Exercise details: Scan the records and identify every line in which the string "BuildSketch" occurs, then return those lines.

[Collected data]
————

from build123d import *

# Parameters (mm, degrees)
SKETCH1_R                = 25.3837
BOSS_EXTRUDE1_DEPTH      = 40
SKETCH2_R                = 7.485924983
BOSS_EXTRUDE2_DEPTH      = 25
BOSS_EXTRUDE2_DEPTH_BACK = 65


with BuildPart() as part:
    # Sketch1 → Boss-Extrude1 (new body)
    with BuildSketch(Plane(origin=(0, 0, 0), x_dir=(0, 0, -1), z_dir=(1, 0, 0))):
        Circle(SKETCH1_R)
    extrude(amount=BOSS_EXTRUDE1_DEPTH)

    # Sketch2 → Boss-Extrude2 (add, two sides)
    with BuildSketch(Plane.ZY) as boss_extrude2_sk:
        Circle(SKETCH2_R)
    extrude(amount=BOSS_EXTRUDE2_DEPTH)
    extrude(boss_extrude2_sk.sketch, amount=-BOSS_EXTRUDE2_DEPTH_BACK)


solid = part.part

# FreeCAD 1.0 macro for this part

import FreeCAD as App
import Part
import Sketcher

doc = App.newDocument("Part")
body = doc.addObject("PartDesign::Body", "Body")

# Sketch on YZ plane
sketch1 = doc.addObject("Sketcher::SketchObject", "Sketch")
body.addObject(sketch1)
sketch1.AttachmentSupport = (doc.YZ_Plane, [""])
sketch1.MapMode = "FlatFace"
sketch1.addGeometry(Part.Circle(App.Vector(0, 0, 0), App.Vector(0, 0, 1), 25), False)
sketch1.addConstraint([
    Sketcher.Constraint("Coincident", 0, 3, -1, 1),
    Sketcher.Constraint("Diameter", 0, 50.7674),
])
pad1 = doc.addObject("PartDesign::Pad", "Pad")
body.addObject(pad1)
pad1.Profile = sketch1
pad1.Length = 40

# Sketch on YZ plane
sketch2 = doc.addObject("Sketcher::SketchObject", "Sketch001")
body.addObject(sketch2)
sketch2.AttachmentSupport = (doc.YZ_Plane, [""])
sketch2.MapMode = "FlatFace"
sketch2.addGeometry(Part.Circle(App.Vector(0, 0, 0), App.Vector(0, 0, 1), 7), False)
sketch2.addConstraint([
    Sketcher.Constraint("Coincident", 0, 3, -1, 1),
    Sketcher.Constraint("Diameter", 0, 14.97185),
])
pad2 = doc.addObject("PartDesign::Pad", "Pad001")
body.addObject(pad2)
pad2.Profile = sketch2
pad2.Type = "TwoLengths"
pad2.Length = 25
pad2.Length2 = 65
pad2.Reversed = True

doc.recompute()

————

Answer box:
    with BuildSketch(Plane(origin=(0, 0, 0), x_dir=(0, 0, -1), z_dir=(1, 0, 0))):
    with BuildSketch(Plane.ZY) as boss_extrude2_sk:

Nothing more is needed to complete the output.